I also have a Sigma Select II 240 that I have used to thin 4 knives and still have 40% of the stone left.
It cuts quite aggressively and does not dish nearly as fast as the crappy King stone I started with. I will probablt
buy another one when I wear this one away.
Sealing the bottom and sides as per Matus previous post would be a great idea.
Lee Valley Tools have them in stock both in Canada and USA.


----------



## labor of love (Jun 19, 2017)

Sigma select 240 is the stone I was referring to, http://www.leevalley.com/us/wood/page.aspx?p=67089&cat=1. I don't see it available on the toolfj site but maybe I overlooked it. For its grit I don't think it's nearly as thirsty as the competitors(although king deluxe 300 and cerax 320 are less thirsty).

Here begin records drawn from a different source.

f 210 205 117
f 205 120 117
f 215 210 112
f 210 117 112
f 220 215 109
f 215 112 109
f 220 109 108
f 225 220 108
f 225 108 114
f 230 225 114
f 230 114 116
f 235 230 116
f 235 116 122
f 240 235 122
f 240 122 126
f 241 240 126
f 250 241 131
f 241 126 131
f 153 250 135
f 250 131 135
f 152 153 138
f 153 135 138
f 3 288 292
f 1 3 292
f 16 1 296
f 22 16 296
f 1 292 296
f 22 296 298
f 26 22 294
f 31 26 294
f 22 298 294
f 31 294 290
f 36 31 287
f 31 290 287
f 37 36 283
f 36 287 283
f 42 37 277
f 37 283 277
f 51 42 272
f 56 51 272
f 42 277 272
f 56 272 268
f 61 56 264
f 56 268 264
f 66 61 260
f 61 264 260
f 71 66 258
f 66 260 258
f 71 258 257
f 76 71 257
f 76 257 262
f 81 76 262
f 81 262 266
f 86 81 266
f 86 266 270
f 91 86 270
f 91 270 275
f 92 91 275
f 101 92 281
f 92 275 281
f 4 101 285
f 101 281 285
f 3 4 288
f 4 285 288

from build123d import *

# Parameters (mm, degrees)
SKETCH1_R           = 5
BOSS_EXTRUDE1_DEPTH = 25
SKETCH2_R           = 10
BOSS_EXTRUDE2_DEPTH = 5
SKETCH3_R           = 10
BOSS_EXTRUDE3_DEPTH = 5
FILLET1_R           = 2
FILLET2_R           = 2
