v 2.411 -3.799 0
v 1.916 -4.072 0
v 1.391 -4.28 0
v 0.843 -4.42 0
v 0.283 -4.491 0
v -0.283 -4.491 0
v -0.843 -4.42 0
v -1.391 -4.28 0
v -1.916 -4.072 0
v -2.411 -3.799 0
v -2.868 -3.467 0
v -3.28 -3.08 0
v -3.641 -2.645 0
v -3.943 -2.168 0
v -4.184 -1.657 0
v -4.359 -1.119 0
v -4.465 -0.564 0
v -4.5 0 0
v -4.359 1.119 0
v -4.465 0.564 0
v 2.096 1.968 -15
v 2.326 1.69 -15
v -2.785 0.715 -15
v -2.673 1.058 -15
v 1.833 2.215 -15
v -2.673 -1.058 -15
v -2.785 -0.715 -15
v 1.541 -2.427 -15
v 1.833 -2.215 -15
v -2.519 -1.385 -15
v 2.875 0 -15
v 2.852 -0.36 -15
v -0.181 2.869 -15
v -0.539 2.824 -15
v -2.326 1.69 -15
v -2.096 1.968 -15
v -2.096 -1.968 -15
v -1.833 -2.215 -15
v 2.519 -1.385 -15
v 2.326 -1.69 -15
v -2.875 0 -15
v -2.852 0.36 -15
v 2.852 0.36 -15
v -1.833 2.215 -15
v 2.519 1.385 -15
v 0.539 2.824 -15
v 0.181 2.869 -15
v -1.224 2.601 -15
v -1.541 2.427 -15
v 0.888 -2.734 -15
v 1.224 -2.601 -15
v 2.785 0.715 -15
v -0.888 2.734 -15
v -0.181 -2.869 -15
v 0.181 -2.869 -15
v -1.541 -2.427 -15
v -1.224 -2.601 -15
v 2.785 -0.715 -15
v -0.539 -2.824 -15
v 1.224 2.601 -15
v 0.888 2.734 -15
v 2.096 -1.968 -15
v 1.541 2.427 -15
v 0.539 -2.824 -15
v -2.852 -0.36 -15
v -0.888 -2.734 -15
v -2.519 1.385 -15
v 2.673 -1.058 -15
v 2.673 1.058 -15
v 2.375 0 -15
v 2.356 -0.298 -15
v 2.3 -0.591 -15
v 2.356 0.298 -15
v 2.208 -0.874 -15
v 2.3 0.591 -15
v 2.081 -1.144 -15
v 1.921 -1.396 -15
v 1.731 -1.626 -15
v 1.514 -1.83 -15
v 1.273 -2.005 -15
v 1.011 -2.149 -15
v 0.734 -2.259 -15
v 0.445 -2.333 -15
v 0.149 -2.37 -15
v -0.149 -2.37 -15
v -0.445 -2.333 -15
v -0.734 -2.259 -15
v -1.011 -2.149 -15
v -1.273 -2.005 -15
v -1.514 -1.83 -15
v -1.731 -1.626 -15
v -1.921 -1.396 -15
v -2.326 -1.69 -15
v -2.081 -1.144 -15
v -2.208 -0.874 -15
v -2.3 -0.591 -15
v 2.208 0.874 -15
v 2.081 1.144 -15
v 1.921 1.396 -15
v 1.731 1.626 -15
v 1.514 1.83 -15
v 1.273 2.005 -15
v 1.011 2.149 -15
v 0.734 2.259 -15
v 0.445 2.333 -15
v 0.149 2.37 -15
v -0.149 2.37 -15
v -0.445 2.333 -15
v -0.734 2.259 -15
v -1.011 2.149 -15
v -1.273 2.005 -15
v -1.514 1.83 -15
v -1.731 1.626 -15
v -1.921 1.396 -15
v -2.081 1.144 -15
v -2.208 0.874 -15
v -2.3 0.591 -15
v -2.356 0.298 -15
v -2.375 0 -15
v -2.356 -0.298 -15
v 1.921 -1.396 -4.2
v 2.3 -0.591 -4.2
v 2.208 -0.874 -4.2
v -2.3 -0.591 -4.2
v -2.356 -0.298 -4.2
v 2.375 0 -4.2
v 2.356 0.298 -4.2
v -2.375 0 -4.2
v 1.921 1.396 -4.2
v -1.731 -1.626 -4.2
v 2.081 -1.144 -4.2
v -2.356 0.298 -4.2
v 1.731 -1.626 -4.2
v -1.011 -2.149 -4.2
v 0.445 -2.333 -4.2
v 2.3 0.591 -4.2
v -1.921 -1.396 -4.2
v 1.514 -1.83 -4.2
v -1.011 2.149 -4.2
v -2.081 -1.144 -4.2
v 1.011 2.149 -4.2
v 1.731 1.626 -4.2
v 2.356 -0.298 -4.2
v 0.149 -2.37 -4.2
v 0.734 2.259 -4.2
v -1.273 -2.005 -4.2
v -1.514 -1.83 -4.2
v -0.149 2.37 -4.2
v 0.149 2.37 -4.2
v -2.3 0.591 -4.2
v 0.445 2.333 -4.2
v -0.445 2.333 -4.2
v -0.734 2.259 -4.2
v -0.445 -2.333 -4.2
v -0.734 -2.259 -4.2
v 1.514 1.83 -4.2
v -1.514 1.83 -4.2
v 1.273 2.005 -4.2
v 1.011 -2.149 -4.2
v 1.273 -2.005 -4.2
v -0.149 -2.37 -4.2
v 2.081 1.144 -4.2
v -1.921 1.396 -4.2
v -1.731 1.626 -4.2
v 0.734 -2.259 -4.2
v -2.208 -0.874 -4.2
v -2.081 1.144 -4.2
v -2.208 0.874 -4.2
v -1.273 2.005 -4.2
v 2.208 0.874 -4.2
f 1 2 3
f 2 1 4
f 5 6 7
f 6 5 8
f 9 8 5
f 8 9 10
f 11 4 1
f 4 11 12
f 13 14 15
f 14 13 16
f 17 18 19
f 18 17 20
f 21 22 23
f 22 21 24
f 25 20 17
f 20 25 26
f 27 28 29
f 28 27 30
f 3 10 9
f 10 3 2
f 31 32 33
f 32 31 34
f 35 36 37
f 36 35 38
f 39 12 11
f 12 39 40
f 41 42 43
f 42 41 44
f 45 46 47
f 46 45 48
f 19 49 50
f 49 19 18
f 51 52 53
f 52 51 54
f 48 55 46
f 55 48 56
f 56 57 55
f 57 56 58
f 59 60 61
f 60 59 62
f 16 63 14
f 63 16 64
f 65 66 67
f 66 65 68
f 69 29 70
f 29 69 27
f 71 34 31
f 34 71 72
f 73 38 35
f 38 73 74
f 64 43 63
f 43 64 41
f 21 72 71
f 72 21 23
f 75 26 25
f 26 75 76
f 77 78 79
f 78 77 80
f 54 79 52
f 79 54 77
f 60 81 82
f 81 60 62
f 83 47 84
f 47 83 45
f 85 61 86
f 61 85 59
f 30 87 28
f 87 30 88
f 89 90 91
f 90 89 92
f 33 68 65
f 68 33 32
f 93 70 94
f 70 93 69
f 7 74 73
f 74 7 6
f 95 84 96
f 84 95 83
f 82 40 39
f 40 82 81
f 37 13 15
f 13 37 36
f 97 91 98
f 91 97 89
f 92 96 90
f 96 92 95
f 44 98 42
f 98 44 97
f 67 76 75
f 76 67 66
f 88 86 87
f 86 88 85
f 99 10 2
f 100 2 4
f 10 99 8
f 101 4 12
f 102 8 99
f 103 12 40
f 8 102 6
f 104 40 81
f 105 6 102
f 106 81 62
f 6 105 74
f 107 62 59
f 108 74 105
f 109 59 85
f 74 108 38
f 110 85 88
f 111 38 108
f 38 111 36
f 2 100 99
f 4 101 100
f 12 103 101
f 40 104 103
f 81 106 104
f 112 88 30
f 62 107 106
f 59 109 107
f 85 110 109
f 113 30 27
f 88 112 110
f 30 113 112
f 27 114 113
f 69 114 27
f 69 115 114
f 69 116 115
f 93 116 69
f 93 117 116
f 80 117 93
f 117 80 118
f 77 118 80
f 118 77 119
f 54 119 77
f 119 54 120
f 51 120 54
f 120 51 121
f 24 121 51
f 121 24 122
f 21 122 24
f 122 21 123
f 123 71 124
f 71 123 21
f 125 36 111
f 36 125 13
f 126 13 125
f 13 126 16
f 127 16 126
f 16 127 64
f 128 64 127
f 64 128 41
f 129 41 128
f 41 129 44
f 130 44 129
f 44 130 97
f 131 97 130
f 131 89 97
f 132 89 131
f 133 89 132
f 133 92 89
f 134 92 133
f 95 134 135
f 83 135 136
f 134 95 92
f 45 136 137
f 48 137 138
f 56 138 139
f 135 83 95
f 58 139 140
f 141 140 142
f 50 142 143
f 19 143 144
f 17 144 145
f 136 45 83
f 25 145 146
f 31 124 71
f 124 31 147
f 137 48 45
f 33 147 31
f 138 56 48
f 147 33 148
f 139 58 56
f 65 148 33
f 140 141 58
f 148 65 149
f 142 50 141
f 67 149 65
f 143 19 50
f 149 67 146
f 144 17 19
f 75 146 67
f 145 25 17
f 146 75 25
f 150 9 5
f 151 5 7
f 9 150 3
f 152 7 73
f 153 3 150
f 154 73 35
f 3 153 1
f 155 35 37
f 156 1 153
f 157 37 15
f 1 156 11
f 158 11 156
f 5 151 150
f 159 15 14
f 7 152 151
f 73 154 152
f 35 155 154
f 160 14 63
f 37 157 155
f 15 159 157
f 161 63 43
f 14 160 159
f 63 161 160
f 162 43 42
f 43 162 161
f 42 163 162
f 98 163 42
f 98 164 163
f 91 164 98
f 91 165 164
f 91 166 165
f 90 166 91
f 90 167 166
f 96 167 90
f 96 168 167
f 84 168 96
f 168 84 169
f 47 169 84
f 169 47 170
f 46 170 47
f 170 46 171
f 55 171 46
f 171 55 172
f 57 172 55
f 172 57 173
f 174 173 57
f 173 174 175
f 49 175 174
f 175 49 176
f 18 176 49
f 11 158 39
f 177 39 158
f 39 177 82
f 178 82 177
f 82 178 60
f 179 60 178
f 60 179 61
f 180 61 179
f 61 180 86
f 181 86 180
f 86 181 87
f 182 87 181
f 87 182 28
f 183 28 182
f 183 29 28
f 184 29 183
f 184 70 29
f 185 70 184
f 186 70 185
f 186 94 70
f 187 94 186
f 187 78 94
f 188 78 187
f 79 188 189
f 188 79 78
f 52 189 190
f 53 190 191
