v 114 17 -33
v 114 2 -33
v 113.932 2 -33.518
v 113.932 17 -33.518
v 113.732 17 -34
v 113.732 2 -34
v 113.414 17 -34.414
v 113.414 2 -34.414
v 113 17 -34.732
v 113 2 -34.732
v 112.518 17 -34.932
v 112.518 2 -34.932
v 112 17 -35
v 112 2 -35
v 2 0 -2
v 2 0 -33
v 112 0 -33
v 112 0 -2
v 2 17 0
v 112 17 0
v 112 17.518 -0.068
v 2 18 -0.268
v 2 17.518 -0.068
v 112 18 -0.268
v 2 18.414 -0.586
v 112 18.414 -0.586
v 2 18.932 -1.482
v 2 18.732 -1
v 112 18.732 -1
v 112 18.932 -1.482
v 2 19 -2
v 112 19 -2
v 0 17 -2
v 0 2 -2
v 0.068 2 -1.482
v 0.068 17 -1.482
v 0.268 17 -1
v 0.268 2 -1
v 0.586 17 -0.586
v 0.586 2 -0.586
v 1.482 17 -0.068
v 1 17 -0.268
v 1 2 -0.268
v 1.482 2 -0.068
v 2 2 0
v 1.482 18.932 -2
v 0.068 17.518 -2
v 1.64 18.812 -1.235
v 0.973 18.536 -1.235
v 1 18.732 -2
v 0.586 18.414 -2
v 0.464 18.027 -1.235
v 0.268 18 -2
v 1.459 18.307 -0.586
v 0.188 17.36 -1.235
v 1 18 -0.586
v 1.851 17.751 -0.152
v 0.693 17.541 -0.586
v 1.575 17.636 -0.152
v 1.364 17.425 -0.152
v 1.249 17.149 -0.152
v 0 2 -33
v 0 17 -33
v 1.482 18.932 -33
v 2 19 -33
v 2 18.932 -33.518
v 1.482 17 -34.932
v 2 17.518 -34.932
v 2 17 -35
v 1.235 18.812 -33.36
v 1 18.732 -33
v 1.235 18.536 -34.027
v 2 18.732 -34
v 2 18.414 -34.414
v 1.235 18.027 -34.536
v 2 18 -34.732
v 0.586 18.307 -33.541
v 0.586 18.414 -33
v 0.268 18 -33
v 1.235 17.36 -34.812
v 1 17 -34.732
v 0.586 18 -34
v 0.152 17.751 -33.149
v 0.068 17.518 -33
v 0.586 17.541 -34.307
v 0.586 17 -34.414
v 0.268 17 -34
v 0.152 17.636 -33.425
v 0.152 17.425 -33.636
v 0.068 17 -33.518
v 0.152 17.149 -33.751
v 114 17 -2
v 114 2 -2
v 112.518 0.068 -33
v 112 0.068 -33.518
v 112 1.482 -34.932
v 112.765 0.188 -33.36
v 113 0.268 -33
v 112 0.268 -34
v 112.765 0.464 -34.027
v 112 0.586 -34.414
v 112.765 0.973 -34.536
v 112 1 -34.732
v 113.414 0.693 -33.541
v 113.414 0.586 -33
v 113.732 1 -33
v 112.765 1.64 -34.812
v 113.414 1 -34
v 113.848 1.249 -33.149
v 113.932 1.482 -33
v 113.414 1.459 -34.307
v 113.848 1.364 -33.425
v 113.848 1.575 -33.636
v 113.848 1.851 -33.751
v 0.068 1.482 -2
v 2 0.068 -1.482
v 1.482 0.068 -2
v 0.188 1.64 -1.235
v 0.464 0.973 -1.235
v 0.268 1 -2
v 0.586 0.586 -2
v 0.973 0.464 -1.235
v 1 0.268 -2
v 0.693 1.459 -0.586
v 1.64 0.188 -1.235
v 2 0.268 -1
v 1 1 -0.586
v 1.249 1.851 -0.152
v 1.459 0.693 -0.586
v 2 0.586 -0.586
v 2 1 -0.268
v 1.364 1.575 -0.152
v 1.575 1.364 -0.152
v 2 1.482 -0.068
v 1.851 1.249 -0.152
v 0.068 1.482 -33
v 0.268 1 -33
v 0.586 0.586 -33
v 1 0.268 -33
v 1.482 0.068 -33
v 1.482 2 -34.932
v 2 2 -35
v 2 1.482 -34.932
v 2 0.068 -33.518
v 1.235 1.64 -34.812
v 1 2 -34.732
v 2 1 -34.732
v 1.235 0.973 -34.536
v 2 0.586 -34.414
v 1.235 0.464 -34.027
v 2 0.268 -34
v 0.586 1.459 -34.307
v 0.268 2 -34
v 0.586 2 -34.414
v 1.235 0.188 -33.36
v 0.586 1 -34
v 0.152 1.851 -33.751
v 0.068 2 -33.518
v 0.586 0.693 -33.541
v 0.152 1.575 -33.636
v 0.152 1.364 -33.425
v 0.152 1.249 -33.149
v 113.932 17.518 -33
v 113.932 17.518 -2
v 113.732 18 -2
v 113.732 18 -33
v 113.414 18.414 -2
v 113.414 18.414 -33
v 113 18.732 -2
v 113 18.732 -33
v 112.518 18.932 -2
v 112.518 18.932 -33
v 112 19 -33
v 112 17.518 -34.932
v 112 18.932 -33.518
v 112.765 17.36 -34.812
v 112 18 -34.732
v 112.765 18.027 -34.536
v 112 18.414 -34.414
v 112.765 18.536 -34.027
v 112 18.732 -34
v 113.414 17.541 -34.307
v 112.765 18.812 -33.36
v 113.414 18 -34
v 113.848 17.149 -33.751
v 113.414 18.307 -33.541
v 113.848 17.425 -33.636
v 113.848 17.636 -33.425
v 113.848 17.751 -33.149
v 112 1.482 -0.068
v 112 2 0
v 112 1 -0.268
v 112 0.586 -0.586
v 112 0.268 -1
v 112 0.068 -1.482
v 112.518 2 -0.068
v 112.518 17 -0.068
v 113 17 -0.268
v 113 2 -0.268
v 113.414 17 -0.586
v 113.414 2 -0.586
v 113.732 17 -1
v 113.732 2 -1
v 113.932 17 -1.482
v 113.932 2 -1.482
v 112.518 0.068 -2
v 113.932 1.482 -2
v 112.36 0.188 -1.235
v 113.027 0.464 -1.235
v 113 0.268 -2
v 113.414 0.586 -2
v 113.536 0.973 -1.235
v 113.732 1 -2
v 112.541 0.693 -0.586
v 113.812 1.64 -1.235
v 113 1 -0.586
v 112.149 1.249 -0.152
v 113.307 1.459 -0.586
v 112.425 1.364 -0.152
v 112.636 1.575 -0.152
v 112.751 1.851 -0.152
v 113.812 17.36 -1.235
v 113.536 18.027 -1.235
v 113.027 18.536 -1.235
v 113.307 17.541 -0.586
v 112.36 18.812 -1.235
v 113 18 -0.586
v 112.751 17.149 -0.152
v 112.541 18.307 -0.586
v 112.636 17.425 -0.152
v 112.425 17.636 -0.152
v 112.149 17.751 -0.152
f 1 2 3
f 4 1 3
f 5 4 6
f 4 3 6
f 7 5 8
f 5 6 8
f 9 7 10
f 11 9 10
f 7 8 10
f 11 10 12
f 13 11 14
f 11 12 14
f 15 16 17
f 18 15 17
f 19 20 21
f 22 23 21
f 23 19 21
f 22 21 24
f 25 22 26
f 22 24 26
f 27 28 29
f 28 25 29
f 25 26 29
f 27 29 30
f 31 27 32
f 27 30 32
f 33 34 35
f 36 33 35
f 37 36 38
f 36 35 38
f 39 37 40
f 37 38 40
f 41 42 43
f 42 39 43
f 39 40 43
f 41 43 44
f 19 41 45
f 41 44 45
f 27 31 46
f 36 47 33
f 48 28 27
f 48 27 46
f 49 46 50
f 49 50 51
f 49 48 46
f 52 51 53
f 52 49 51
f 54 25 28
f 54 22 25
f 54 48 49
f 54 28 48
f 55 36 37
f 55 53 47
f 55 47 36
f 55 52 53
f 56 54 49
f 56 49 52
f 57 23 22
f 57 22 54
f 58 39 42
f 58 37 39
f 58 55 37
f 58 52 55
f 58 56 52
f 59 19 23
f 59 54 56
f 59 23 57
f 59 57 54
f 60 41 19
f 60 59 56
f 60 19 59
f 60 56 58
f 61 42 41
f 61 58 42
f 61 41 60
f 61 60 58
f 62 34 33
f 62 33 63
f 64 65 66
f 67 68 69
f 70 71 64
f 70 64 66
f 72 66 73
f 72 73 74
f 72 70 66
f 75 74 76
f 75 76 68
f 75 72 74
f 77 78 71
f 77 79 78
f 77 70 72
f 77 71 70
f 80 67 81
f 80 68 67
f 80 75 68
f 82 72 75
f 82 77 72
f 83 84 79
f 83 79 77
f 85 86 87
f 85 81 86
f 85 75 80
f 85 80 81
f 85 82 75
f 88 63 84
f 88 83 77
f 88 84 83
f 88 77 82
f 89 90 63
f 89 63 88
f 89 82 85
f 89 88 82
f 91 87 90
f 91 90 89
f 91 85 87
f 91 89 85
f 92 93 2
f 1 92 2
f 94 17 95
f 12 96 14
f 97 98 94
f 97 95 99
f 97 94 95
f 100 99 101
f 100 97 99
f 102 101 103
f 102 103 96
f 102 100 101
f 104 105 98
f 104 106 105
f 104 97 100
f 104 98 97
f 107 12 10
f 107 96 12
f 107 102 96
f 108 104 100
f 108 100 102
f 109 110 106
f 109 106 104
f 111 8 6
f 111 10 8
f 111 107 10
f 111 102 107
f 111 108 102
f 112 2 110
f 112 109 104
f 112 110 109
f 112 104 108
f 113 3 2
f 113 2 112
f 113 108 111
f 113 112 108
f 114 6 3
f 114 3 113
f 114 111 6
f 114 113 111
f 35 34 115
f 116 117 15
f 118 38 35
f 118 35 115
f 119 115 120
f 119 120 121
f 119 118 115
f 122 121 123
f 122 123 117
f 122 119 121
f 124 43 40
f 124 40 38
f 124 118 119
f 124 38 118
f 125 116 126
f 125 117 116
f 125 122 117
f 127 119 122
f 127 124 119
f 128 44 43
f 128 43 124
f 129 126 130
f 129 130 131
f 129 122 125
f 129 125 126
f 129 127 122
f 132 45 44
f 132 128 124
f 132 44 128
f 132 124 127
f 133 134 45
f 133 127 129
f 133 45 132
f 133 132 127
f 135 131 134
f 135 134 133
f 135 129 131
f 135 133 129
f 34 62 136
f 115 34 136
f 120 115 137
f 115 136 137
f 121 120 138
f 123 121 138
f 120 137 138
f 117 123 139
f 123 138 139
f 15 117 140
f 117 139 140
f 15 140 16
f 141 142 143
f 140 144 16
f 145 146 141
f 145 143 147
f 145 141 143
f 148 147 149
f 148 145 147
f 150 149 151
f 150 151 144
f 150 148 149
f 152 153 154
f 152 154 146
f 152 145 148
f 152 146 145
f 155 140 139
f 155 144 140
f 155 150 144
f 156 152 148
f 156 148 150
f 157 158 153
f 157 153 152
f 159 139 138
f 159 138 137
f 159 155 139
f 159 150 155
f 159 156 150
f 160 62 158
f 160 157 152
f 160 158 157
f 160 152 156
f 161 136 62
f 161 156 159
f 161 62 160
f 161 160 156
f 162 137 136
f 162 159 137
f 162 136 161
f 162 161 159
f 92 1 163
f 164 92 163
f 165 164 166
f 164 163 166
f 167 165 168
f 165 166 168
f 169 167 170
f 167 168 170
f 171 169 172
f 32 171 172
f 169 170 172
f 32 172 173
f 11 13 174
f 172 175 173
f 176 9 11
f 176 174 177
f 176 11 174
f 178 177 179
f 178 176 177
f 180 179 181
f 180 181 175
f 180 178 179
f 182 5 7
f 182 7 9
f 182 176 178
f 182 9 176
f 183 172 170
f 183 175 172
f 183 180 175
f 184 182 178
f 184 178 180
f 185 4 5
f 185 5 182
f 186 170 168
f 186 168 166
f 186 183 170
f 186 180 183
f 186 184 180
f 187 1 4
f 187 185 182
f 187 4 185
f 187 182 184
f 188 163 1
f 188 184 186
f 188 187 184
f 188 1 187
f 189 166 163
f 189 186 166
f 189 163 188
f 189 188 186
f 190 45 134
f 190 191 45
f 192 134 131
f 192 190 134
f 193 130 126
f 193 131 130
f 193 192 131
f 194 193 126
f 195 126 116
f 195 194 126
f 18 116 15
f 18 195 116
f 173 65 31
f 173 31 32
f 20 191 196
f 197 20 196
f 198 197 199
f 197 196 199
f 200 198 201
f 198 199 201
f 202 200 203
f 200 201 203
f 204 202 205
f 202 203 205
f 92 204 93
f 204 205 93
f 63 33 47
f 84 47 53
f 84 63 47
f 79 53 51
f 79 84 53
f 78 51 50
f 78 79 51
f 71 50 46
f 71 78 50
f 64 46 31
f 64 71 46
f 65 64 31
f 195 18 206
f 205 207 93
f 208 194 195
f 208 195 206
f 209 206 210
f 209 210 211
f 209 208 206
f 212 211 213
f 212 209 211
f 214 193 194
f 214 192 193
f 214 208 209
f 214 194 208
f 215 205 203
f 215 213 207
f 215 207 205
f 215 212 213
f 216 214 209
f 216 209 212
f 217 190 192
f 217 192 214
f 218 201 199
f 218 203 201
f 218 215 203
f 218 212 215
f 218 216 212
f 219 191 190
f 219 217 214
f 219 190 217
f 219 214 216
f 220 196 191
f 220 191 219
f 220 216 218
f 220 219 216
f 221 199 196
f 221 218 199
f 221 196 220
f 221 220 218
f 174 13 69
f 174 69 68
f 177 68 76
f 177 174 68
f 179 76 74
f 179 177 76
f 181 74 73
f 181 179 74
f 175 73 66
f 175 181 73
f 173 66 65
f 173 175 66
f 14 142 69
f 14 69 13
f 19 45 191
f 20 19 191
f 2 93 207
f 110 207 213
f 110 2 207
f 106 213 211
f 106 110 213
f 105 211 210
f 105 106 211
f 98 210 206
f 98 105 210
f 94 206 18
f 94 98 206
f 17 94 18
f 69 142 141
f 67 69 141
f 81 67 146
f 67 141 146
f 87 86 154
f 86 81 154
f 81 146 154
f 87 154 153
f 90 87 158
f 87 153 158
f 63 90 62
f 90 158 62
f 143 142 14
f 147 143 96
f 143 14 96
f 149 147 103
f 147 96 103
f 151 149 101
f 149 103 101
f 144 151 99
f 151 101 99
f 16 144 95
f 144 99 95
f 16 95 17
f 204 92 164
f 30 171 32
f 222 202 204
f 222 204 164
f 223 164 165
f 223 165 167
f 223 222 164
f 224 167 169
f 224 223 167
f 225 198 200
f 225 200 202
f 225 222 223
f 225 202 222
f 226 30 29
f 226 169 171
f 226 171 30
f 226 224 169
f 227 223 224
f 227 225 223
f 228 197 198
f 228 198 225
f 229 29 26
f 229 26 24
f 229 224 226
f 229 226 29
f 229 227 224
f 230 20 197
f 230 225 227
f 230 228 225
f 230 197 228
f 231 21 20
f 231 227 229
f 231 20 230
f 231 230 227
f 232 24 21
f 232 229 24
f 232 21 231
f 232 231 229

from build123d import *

# Parameters (mm, degrees)
ESBO_O1_W                = 114
ESBO_O1_H                = 35
RESSALTO_EXTRUS_O1_DEPTH = 19
FILETE1_R                = 2
FILETE2_R                = 2


with BuildPart() as part:
    # Esboço1 → Ressalto-extrusão1 (new body)
    with BuildSketch(Plane(origin=(0, 0, 0), x_dir=(1, 0, 0), z_dir=(0, 1, 0))):
        with Locations((57, 17.5)):
            Rectangle(ESBO_O1_W, ESBO_O1_H)
    extrude(amount=RESSALTO_EXTRUS_O1_DEPTH)

    # Filete1
    filete1_edges = [part.edges().sort_by_distance(p)[0] for p in [
        (114, 19, -17.5),
        (57, 19, -35),
        (0, 19, -17.5),
        (57, 0, -35),
        (114, 0, -17.5),
        (57, 0, 0),
        (0, 0, -17.5),
        (57, 19, 0),
    ]]
    fillet(filete1_edges, radius=FILETE1_R)

    # Filete2
    # the kernel refuses this fillet: 2 mm, written as the material it takes off along each edge
    with BuildSketch(Plane(origin=(2, 2, -33), x_dir=(0, 0, -1), z_dir=(-1, 0, 0))) as filete2_piece_1_section:
        Polygon((0, 0), (FILETE2_R, 0), (FILETE2_R, FILETE2_R), (0, FILETE2_R), align=None)
    filete2_piece_1 = extrude(amount=FILETE2_R, mode=Mode.PRIVATE)
    filete2_piece_1 = filete2_piece_1 - Plane(origin=(2, 2, -33), x_dir=(0, 0.7071067811865475, 0.7071067811865475), z_dir=(-1, 0, 0)) * Sphere(FILETE2_R, mode=Mode.PRIVATE)
    add(filete2_piece_1, mode=Mode.SUBTRACT)
    with BuildSketch(Plane(origin=(112, 2, -33), x_dir=(0, 0, -1), z_dir=(1, 0, 0))) as filete2_piece_2_section:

It's the least PITA sub 300 grit stone I've used. But honestly I would only use something like that for repairs or thinning a knife that's been neglected for sometime. For maintaining geometry I'd easily prefer a cerax or one of jons low grits.


----------



## zetieum (Jun 19, 2017)

I use an atoma 400. At least, it does not dish, it stays flat. But the sensation if not great at all. I am looking for smth else. It is too slow. Atoma 180 is not cheap.


----------



## Choppin (Jun 19, 2017)

Sorry if I'm getting off topic here... the OP is looking for a stone for "serious thinning", but what do you guys use for "light/regular thinning"? I mean, sharpening the whole bevel to avoid getting thick behind the edge, not trying to significantly alter blade grind or thickness. I was thinking something in the 400 grit range.

Thank's


----------



## labor of love (Jun 19, 2017)

Choppin said:


> Sorry if I'm getting off topic here... the OP is looking for a stone for "serious thinning", but what do you guys use for "light/regular thinning"? I mean, sharpening the whole bevel to avoid getting thick behind the edge, not trying to significantly alter blade grind or thickness. I was think I'm ing something in the 400 grit range.
> 
> Thank's


Yep. I like my worn down gesh 400, haven't tried the new gesh 400 yet. But yeah, something that doesn't make deep scratches-that can be covered up easily.


----------



## uc357 (Jun 19, 2017)

labor of love said:


> Sigma select 240 is the stone I was referring to, http://www.leevalley.com/us/wood/page.aspx?p=67089&cat=1. I don't see it available on the toolfj site but maybe I overlooked it. For its grit I don't think it's nearly as thirsty as the competitors(although king deluxe 300 and cerax 320 are less thirsty). It's the least PITA sub 300 grit stone I've used. But honestly I would only use something like that for repairs or thinning a knife that's been neglected for sometime. For maintaining geometry I'd easily prefer a cerax or one of jons low grits.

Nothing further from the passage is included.